I've had the 922 for about 18 months. I put it inside a media cabinet over a year ago. The cabinet has glass doors (which are always closed). There is a hole in the back of the cabinet for cables which allows for some ventilation. I connected an external hard drive to the receiver a few months ago. The receiver started dying a few days ago. It would completely turn off and the fan would blow. I had to do a soft or hard reset to get the receiver to work again. It eventually restart, run a few minutes, then die again.

I called Dish, they quickly gave up, and they sent me a new receiver.

The receiver arrived yesterday. I disconnected the old receiver, connected the new receiver and tried to make it work. Basically I reach a point where it's Acquiring satellite signal for Satellite 119, Transponder 11, Progress 1 of 5. It never gets past this point.

If I go into settings and try to point the dish, I get a popup window that says: Now Scanning for available satellites I can't do a switch check and this popup window never goes away.

I reversed the two satellite cables on the back of the receiver, did a hard restart and I was then able to do a switch check in Settings (no popup window). It said all was okay. It shows satellites 77, 72, 61.5 and 110. It doesn't show 119 and I'm not sure if it is supposed to (it's often stuck on acquiring satellite 119) After I Check Switch, eventually the Now Scanning for available satellites window appears. I re-reversed the cables, did a hard restart and it's still stuck at acquiring signal.

Oh yeah, on the Point Dish page, even with the popup window, I can a Dish Mexico (!) 77 message below.

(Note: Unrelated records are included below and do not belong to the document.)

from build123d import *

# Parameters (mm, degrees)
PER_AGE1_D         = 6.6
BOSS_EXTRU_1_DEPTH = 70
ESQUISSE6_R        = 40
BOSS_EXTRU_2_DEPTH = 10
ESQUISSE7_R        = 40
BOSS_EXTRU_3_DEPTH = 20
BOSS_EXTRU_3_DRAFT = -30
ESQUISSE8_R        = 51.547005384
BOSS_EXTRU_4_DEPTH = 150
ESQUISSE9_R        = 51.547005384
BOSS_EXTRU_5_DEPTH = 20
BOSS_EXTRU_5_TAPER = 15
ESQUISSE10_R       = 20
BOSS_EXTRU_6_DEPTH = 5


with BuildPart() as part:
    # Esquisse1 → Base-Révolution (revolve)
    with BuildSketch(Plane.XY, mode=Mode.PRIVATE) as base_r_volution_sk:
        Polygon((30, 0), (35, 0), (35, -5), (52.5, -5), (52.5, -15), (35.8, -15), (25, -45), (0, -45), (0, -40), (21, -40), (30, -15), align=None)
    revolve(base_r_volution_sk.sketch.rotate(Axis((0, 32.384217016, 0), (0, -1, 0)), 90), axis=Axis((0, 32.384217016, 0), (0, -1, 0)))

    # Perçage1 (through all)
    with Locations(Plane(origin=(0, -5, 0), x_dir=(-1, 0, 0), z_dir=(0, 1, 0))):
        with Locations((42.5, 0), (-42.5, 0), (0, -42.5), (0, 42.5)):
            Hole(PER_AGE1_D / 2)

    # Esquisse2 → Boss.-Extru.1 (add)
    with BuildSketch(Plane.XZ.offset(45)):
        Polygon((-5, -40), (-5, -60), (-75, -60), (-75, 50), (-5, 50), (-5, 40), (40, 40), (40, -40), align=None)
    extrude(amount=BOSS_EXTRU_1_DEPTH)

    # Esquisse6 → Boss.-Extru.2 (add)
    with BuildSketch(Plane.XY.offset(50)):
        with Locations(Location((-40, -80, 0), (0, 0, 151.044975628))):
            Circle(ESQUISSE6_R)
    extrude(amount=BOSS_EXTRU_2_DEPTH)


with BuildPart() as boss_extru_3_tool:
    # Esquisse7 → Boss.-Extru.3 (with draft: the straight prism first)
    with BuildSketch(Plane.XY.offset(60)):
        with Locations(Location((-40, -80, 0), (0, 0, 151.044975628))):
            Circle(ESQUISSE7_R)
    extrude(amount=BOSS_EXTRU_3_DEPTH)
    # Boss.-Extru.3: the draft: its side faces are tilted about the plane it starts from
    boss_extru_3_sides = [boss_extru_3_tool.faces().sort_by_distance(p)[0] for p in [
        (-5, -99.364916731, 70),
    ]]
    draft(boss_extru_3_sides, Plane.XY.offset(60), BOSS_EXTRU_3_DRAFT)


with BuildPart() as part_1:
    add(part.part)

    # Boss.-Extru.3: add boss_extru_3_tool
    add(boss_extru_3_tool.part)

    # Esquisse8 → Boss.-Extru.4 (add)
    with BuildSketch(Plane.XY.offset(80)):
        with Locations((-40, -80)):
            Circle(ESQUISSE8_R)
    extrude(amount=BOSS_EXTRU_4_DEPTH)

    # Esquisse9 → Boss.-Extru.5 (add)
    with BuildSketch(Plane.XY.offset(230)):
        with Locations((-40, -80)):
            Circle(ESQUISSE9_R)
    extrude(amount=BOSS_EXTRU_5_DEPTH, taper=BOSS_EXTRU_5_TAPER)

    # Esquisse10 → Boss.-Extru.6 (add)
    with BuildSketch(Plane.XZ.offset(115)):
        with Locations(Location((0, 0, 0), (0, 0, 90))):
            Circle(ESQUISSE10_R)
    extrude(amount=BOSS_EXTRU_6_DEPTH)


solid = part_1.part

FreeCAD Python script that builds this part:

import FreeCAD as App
import Part
import Sketcher


def faces_at(feature, points):
    """Names of the faces that lie closest to the given points."""
    faces = feature.Shape.Faces
    near = lambda p: min(range(len(faces)), key=lambda i: faces[i].distToShape(Part.Vertex(*p))[0])
    return sorted({f"Face{near(p) + 1}" for p in points})

doc = App.newDocument("Part")
params = doc.addObject("Spreadsheet::Sheet", "Params")
for row, (alias, value) in enumerate([
    ("sketch1_width", "5 mm"),
    ("sketch1_width2", "21 mm"),
    ("sketch1_width3", "25 mm"),
    ("sketch1_height", "15 mm"),
    ("sketch1_width4", "16.7 mm"),
    ("revolution_angle", "360 deg"),
    ("sketch2_diameter", "6.6 mm"),
    ("hole_diameter", "6.6 mm"),
    ("sketch3_width", "45 mm"),
    ("sketch3_width2", "70 mm"),
    ("sketch3_height", "20 mm"),
    ("sketch3_height2", "80 mm"),
    ("sketch3_height3", "10 mm"),
    ("pad1_length", "70 mm"),
    ("sketch4_diameter", "80 mm"),
    ("pad2_length", "10 mm"),
    ("sketch5_diameter", "80 mm"),
    ("pad3_length", "20 mm"),
    ("draft_angle", "30 deg"),
    ("pad4_length", "150 mm"),
    ("pad5_length", "20 mm"),
    ("pad5_taper", "-15 deg"),
    ("sketch8_diameter", "40 mm"),
    ("pad6_length", "5 mm"),
], start=1):
    params.set(f"A{row}", alias)
    params.set(f"B{row}", "=" + value)
    params.setAlias(f"B{row}", alias)

body = doc.addObject("PartDesign::Body", "Body")

# Sketch on XY plane
sketch1 = body.newObject("Sketcher::SketchObject", "Sketch")
sketch1.AttachmentSupport = (doc.getObject("XY_Plane"), [""])
sketch1.MapMode = "FlatFace"
sketch1.addGeometry([
    Part.LineSegment(App.Vector(35, 0, 0), App.Vector(30, 0, 0)),  # 0
    Part.LineSegment(App.Vector(30, 0, 0), App.Vector(30, -15, 0)),  # 1
    Part.LineSegment(App.Vector(30, -15, 0), App.Vector(21, -40, 0)),  # 2
    Part.LineSegment(App.Vector(21, -40, 0), App.Vector(0, -40, 0)),  # 3
    Part.LineSegment(App.Vector(0, -40, 0), App.Vector(0, -45, 0)),  # 4
    Part.LineSegment(App.Vector(0, -45, 0), App.Vector(25, -45, 0)),  # 5
    Part.LineSegment(App.Vector(25, -45, 0), App.Vector(36, -15, 0)),  # 6
    Part.LineSegment(App.Vector(36, -15, 0), App.Vector(52, -15, 0)),  # 7
    Part.LineSegment(App.Vector(52, -15, 0), App.Vector(52, -5, 0)),  # 8
    Part.LineSegment(App.Vector(52, -5, 0), App.Vector(35, -5, 0)),  # 9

Dish thinks I maybe have a bad cable. Maybe they're right. I tightened all of the cables, though none were loose. I have a 722 in another room and it works fine.


----------



## Ray [email protected] Network

You're getting more satellites showing up than you should have. Do you have International programming? If the 2 satellite cables are reversed, you will get the Acquiring Satellite message and it will not progress. What is the software version on the receiver? Please let me know. Thanks.



swangdb said:


> I've had the 922 for about 18 months. I put it inside a media cabinet over a year ago. The cabinet has glass doors (which are always closed). There is a hole in the back of the cabinet for cables which allows for some ventilation. I connected an external hard drive to the receiver a few months ago. The receiver started dying a few days ago. It would completely turn off and the fan would blow. I had to do a soft or hard reset to get the receiver to work again. It eventually restart, run a few minutes, then die again.
> 
> I called Dish, they quickly gave up, and they sent me a new receiver.
> 
> The receiver arrived yesterday. I disconnected the old receiver, connected the new receiver and tried to make it work. Basically I reach a point where it's Acquiring satellite signal for Satellite 119, Transponder 11, Progress 1 of 5. It never gets past this point.
> 
> If I go into settings and try to point the dish, I get a popup window that says: Now Scanning for available satellites I can't do a switch check and this popup window never goes away.
> 
> I reversed the two satellite cables on the back of the receiver, did a hard restart and I was then able to do a switch check in Settings (no popup window). It said all was okay. It shows satellites 77, 72, 61.5 and 110. It doesn't show 119 and I'm not sure if it is supposed to (it's often stuck on acquiring satellite 119) After I Check Switch, eventually the Now Scanning for available satellites window appears. I re-reversed the cables, did a hard restart and it's still stuck at acquiring signal.
> 
> Oh yeah, on the Point Dish page, even with the popup window, I can a Dish Mexico (!) 77 message below.
> 
> Dish thinks I maybe have a bad cable. Maybe they're right. I tightened all of the cables, though none were loose. I have a 722 in another room and it works fine.


----------



## swangdb

It's a miracle...I left the receiver on and I fell asleep on the couch (with the tv off). I woke up several hours later and turned on the tv. Channel 101 was on and displaying fine. Somehow it fixed itself while I was asleep. Many channels were missing from the guide display and the time was wrong.

I tried to activate the new receiver from my dish.com account but it wouldn't work. I called Dish and they activated it for me. All of the channels are there in the guide. The time (clock) is right. Hey, I think it's working.

As for having too many satellites, I once received network channels from All American Direct but no longer receive these, maybe the unnecessary satellites are for those channels. 

Now to connect the external hard drive from the old receiver...


----------



## P Smith

Use USB connector on back or front of the 922.


----------



## swangdb

Hey this worked too! I was all ready to be mad at Dish but now everything is working, so I guess I'm happy!


----------



## P Smith

Keep it that way.


----------